◆ **Problem to solve**
Begin at the line below that has "#53=ORIENTED_EDGE('',*,*,#52,.F.);" and stop after the line that has "#73=ADVANCED_FACE('',(#68),#72,.F.);". Please restate only those lines, word for word.

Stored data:
--------

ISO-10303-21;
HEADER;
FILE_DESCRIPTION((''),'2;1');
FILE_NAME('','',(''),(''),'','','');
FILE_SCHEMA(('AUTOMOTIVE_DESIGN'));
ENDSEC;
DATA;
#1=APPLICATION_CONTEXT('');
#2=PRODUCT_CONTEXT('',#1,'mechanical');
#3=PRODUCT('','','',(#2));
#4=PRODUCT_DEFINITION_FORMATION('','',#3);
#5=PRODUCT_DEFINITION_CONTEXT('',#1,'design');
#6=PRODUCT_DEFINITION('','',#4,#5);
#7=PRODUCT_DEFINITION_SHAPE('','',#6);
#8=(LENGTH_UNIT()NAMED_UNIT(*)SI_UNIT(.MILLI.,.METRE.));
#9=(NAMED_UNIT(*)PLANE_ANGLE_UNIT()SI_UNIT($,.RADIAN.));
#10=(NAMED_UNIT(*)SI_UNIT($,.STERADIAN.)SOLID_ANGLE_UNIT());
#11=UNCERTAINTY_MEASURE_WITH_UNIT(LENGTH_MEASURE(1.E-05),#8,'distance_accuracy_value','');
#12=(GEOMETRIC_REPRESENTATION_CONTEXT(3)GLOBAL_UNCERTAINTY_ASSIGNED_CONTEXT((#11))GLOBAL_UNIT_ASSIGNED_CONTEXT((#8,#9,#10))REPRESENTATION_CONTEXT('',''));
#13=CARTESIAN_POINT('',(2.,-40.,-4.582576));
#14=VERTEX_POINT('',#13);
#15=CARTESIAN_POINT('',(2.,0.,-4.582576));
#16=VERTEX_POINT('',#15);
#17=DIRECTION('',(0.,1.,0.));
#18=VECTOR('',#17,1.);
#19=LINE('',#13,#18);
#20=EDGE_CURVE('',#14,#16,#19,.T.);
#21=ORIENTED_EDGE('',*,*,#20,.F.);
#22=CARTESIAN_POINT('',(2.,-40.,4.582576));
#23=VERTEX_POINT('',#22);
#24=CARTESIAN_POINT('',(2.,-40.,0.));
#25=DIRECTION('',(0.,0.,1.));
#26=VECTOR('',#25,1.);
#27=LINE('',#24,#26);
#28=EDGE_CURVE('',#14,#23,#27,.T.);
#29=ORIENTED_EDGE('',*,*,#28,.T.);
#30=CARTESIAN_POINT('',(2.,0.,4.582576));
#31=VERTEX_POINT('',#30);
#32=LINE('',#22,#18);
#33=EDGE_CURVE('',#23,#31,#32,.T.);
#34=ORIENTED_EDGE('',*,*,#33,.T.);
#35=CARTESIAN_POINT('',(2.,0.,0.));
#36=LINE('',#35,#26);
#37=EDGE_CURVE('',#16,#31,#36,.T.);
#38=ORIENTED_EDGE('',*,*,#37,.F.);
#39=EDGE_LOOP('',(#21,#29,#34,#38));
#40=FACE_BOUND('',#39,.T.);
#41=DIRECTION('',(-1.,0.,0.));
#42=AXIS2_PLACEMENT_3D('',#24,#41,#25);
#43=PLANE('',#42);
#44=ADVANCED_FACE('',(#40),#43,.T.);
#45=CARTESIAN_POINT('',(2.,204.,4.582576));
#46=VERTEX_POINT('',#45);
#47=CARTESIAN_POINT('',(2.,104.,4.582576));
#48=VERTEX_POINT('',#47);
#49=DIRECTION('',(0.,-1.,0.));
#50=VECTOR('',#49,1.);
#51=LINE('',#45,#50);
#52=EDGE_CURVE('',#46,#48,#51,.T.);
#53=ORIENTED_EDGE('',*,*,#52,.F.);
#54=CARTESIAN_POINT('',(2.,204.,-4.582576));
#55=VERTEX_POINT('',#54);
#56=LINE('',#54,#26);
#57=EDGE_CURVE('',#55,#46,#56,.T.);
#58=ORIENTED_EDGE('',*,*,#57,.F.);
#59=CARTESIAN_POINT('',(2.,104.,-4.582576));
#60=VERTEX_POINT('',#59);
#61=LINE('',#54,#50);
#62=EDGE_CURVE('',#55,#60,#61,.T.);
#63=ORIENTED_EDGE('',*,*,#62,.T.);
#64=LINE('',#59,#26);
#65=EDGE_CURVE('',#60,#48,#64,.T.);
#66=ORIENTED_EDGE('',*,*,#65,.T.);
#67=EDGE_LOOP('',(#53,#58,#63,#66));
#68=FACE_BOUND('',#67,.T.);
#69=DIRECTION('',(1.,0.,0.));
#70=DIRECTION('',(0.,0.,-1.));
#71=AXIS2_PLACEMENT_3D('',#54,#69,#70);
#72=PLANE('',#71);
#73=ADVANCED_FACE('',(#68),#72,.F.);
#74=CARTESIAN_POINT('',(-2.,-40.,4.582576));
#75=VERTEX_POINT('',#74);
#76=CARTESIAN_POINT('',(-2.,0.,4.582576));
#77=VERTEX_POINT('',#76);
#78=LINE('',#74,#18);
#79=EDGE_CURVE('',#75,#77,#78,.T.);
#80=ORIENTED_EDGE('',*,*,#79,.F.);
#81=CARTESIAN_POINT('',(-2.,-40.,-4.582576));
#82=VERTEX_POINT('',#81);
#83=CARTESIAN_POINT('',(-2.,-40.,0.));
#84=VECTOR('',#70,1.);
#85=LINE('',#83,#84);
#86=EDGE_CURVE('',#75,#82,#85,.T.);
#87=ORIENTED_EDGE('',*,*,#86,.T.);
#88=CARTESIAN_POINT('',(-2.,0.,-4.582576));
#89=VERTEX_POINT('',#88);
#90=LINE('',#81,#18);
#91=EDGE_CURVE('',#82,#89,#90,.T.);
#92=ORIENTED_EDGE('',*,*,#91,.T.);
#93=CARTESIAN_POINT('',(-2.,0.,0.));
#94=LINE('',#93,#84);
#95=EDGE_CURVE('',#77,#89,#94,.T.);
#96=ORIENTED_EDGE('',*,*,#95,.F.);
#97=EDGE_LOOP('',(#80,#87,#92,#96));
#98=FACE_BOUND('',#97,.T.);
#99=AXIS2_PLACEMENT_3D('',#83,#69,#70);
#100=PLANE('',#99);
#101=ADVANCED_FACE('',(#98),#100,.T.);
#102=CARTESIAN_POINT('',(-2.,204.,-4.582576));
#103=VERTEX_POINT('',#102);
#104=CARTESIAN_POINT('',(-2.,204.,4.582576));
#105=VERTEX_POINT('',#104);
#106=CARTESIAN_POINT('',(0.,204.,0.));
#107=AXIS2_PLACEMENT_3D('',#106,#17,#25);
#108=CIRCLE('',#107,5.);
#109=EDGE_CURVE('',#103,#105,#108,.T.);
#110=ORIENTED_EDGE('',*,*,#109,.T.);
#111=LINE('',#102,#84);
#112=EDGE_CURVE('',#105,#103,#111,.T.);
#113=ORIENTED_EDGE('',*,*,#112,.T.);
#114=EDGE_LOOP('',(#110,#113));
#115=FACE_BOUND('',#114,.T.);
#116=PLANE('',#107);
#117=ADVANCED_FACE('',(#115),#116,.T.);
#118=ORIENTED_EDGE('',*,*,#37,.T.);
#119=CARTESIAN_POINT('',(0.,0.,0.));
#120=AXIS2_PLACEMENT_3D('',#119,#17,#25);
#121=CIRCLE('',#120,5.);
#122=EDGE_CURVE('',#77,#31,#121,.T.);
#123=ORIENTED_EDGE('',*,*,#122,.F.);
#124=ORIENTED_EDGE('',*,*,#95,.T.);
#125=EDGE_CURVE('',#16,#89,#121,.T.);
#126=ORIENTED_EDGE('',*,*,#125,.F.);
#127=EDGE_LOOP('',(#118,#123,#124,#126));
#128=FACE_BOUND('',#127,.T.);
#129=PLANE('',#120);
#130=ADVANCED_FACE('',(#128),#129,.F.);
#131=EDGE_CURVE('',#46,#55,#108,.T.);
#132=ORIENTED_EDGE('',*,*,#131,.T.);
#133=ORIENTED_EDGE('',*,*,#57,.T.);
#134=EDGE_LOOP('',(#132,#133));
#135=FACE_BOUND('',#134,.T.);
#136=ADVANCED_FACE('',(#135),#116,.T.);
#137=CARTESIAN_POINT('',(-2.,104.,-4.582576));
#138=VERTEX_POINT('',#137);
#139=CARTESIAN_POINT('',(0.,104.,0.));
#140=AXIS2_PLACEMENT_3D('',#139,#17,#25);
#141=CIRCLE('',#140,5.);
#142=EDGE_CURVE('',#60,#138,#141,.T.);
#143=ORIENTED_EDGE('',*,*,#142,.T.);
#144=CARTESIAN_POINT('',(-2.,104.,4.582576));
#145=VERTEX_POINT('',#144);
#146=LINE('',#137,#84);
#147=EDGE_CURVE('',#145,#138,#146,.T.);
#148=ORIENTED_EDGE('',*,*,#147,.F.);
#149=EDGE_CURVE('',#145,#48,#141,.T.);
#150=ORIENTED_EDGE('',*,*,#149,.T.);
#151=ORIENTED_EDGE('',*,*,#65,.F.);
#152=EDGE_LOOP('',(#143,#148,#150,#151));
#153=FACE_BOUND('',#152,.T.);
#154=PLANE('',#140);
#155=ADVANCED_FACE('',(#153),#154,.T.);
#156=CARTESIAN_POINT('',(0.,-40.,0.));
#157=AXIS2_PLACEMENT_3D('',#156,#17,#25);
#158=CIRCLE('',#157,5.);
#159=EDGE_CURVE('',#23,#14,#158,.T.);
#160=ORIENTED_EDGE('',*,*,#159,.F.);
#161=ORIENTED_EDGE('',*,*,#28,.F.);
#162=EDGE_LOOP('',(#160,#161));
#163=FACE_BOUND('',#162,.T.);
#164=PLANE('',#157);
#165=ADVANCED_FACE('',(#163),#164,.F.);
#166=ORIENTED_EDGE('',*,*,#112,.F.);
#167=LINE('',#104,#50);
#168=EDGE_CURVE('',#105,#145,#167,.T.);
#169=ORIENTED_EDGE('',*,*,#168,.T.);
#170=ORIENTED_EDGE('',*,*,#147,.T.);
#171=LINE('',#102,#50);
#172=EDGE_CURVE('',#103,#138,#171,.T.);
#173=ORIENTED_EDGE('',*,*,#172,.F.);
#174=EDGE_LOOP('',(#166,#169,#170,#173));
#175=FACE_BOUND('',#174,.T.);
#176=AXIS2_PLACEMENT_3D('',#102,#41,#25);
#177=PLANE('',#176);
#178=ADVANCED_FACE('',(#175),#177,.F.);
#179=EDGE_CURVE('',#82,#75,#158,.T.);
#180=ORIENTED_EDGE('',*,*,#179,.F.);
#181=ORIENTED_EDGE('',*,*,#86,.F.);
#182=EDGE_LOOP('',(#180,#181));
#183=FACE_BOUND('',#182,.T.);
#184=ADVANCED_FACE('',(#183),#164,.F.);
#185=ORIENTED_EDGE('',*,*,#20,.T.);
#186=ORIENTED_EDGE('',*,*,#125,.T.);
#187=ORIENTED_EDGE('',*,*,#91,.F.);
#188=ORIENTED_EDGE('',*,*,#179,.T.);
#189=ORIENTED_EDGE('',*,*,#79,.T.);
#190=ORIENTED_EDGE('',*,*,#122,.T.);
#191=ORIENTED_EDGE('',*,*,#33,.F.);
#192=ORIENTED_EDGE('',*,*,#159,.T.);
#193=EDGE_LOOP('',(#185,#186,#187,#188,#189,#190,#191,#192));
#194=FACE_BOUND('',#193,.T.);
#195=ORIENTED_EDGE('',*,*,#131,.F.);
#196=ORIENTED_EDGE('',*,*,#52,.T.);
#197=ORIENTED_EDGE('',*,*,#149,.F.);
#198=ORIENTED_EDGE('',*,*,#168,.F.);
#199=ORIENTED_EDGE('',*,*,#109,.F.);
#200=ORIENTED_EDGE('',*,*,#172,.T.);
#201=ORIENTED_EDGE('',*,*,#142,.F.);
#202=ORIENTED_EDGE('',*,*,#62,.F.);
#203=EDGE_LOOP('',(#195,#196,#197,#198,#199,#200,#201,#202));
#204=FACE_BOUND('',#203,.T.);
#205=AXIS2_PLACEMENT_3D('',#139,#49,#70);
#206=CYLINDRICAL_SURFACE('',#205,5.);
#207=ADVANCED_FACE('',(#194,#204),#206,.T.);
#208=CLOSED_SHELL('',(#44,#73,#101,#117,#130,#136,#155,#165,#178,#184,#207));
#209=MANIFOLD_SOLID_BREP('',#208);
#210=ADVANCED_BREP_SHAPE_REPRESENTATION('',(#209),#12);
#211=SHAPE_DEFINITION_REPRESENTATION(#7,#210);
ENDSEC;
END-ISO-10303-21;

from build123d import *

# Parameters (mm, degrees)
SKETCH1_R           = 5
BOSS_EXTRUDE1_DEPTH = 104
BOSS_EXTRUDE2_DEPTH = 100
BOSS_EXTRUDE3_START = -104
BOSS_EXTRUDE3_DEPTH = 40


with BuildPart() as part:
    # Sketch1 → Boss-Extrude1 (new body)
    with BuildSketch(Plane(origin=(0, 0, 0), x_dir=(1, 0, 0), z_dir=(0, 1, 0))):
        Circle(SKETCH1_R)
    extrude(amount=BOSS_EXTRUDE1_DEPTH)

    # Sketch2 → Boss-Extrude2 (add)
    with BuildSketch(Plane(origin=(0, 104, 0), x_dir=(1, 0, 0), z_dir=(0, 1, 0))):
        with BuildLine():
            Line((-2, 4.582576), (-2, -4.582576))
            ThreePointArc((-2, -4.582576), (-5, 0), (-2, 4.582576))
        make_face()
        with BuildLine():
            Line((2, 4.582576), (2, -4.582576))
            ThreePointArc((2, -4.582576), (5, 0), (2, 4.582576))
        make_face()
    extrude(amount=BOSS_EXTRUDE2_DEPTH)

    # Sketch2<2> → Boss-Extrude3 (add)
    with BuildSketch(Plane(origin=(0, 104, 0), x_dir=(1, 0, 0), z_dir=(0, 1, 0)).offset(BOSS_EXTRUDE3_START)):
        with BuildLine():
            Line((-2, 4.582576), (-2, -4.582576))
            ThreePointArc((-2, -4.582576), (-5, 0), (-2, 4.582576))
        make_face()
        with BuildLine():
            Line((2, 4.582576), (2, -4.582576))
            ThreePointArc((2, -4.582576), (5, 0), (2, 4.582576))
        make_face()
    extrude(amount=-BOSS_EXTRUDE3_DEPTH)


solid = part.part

--------

◆ **Your response**
#53=ORIENTED_EDGE('',*,*,#52,.F.);
#54=CARTESIAN_POINT('',(2.,204.,-4.582576));
#55=VERTEX_POINT('',#54);
#56=LINE('',#54,#26);
#57=EDGE_CURVE('',#55,#46,#56,.T.);
#58=ORIENTED_EDGE('',*,*,#57,.F.);
#59=CARTESIAN_POINT('',(2.,104.,-4.582576));
#60=VERTEX_POINT('',#59);
#61=LINE('',#54,#50);
#62=EDGE_CURVE('',#55,#60,#61,.T.);
#63=ORIENTED_EDGE('',*,*,#62,.T.);
#64=LINE('',#59,#26);
#65=EDGE_CURVE('',#60,#48,#64,.T.);
#66=ORIENTED_EDGE('',*,*,#65,.T.);
#67=EDGE_LOOP('',(#53,#58,#63,#66));
#68=FACE_BOUND('',#67,.T.);
#69=DIRECTION('',(1.,0.,0.));
#70=DIRECTION('',(0.,0.,-1.));
#71=AXIS2_PLACEMENT_3D('',#54,#69,#70);
#72=PLANE('',#71);
#73=ADVANCED_FACE('',(#68),#72,.F.);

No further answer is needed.